BROWN BEAR: You will need the program that created the hexadecimal file!

DR. JUDY BENIGN: Yes, I will. What is the name of the program?

BROWN BEAR: "Cytosynth"

DR. JUDY BENIGN: I do not know this program.

BROWN BEAR: It was a very good program! The company that made it went bankrupt in 2007!

DR. JUDY BENIGN: Do you have a copy of the program?

BROWN BEAR: I do not use this program any more because the company that made it when a bankrupt. Maybe you can buy a copy on eBay?

[ON SCREEN TEXT: 20 minutes later...]

DR. JUDY BENIGN: I have good news!

BROWN BEAR: You again!

DR. JUDY BENIGN: I talked to my colleague... she knew a person with a copy of the software!

BROWN BEAR: Then why do you need me? Everything you need to know about the data is in the article!

DR. JUDY BENIGN:I opened the data and I could not understand it!

BROWN BEAR: If you have the program you will find it is clear!

DR. JUDY BENIGN: Well... I noticed that you called your data fields "Sam"... Is that an abbreviation?

BROWN BEAR: Yes! It is an abbreviation of my co-author's name... His name is Samuel Lee, we call him "Sam".

DR. JUDY BENIGN: I see... and what is the content of the field called "Sam1"?

BROWN BEAR: Ah yes... "Sam1 is the level of CXCR4 expression.

DR. JUDY BENIGN: and what is the content of the field called "Sam2"?

BROWN BEAR: That is logical if you think about it!

DR. JUDY BENIGN: What is the content of the field called "Sam2"?

BROWN BEAR: I don't remember!

DR. JUDY BENIGN: what about "Sam3"?

DR. JUDY BENIGN: Is there a guide to the data anywhere?

BROWN BEAR: Yes, of course!

It is the article that is published in Science!

DR. JUDY BENIGN: The article does not tell me what the field names mean. Is there any record of what these field names mean?

BROWN BEAR: Yes! My co-author knows what the content of Sam2 is... and Sam3... and Sam4

DR. JUDY BENIGN: Can I talk to your co-author?

BROWN BEAR: I am not sure!

DR. JUDY BENIGN: I would very much like to talk to you co-author.

BROWN BEAR: Well, he was a graduate student. He went back to China 2 years ago.

DR. JUDY BENIGN: Can I have his contact information?

BROWN BEAR: He is in China... his name is "Sam Lee".

DR. JUDY BENIGN: I think I cannot use your data.

BROWN BEAR: You could check the article... to see if what you need is there!

DR. JUDY BENIGN: Please stop talking now!

Check Your Understanding

Why do researchers need a DMP?

(a) It is required by funding agencies.
(b) Having a plan helps ensure data sharing and access.
(c) Replicability of research results depends a lot on good management of data.
(d) All of the above.

Click for answer.

ANSWER: (d) All of the above.
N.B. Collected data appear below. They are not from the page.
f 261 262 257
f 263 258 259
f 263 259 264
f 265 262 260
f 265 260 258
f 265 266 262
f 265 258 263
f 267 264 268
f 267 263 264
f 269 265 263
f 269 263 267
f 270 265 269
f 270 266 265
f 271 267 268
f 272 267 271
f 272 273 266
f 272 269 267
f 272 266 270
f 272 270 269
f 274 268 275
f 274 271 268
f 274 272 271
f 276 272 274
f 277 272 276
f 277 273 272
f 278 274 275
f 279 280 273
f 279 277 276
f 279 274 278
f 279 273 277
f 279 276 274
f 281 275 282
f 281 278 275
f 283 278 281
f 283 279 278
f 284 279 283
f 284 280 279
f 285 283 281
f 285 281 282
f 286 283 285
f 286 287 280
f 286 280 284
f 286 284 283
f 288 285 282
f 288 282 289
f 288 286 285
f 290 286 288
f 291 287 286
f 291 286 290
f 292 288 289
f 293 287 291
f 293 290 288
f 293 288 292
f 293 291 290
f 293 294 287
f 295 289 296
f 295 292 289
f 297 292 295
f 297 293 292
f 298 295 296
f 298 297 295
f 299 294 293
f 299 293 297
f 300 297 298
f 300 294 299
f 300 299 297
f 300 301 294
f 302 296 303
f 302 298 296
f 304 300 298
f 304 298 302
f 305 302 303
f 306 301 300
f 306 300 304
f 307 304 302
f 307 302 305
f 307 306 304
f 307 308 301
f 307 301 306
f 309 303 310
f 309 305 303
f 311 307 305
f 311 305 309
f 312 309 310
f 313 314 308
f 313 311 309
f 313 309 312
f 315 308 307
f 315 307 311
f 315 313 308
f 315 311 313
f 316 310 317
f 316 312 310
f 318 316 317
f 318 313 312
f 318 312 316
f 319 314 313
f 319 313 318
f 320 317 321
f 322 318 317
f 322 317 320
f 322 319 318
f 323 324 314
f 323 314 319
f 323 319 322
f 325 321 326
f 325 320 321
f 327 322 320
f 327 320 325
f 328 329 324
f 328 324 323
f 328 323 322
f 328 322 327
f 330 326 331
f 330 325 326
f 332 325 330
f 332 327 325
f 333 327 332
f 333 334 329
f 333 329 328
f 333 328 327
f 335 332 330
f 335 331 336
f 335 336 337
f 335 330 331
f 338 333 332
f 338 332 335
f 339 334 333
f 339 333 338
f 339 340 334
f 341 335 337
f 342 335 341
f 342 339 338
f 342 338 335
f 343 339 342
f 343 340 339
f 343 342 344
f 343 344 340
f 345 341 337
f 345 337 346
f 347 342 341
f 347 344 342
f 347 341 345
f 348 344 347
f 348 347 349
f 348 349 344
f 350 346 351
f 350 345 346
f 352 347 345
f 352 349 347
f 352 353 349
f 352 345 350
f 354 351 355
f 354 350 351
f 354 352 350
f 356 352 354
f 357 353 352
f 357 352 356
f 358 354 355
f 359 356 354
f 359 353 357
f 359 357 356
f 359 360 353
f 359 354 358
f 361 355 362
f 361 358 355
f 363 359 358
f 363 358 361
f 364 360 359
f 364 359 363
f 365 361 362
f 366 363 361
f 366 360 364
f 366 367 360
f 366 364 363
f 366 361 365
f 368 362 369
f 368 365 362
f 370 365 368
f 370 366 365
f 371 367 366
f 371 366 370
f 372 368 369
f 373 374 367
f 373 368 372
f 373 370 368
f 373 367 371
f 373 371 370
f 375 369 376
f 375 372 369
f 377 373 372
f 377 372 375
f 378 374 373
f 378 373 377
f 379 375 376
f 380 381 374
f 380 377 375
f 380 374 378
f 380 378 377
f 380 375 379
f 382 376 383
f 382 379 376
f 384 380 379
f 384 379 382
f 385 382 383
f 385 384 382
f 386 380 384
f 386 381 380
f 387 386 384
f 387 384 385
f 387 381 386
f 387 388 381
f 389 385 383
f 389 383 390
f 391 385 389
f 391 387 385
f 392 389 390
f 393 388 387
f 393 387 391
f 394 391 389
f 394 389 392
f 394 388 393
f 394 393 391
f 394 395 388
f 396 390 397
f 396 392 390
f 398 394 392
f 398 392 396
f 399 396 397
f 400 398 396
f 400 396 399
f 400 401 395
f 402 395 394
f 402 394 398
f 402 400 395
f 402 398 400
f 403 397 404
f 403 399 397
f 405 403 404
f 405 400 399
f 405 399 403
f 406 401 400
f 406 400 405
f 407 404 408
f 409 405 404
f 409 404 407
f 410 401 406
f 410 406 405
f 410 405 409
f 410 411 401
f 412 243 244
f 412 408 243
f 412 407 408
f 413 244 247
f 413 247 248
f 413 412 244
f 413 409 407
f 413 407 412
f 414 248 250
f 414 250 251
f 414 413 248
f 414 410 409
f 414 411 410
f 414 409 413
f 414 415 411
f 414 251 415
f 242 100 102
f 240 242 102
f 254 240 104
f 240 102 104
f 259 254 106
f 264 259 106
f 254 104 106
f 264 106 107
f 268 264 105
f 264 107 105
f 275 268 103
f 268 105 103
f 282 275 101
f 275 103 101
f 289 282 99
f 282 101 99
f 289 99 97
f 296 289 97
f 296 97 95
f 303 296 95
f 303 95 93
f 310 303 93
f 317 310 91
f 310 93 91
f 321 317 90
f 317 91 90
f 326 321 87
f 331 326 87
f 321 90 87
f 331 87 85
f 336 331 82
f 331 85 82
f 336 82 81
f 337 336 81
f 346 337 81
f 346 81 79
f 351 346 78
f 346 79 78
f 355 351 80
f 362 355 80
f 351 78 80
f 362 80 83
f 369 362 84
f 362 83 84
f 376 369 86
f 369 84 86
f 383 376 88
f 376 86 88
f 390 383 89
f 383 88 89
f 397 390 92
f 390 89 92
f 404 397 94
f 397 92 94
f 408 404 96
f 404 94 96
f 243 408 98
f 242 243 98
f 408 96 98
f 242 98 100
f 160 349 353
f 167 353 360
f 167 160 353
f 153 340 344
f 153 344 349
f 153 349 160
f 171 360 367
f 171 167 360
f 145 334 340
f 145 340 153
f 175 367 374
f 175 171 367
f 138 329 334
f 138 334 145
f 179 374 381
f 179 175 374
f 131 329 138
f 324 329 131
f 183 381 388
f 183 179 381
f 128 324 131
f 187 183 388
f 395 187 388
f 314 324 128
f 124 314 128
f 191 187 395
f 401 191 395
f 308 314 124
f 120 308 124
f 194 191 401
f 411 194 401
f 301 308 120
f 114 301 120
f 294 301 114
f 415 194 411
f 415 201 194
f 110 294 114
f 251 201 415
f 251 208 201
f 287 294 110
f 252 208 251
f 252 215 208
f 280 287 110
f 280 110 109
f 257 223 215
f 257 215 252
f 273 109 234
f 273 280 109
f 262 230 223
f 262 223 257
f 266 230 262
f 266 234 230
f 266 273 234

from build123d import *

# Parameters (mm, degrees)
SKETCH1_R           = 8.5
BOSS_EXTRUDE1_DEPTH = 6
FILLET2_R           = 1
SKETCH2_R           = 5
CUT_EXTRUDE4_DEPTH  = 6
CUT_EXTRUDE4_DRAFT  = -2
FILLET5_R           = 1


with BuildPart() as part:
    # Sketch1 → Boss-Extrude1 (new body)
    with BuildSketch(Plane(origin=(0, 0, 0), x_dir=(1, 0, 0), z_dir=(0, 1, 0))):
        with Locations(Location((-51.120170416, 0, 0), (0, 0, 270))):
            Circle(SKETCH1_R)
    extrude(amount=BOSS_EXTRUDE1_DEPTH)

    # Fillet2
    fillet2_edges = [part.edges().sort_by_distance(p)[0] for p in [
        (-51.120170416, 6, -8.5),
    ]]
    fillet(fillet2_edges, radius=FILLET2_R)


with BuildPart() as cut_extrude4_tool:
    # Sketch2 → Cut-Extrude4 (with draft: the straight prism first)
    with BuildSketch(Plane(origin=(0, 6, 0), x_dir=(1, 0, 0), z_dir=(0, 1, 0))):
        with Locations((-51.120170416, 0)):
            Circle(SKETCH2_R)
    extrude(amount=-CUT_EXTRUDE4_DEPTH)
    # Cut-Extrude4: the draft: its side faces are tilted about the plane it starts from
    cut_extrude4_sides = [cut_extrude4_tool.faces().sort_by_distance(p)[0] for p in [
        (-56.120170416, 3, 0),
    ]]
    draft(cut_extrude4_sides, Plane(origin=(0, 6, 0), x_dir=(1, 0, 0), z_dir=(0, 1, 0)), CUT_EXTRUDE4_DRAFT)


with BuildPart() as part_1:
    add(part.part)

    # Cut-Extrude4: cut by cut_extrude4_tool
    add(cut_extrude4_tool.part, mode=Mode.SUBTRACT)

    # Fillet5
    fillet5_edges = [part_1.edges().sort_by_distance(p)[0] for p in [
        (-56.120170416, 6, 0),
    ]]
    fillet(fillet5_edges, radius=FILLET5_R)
The key funding agencies, such as the NSF, NIH, and NEH, are requiring DMPs to foster increased sharing of, and thus access to, research data. Since federal tax dollars fund such projects, the public has a right to have access to the data generated by them. Having a plan for managing data through their lifecycle also aids in the reproducibility of science.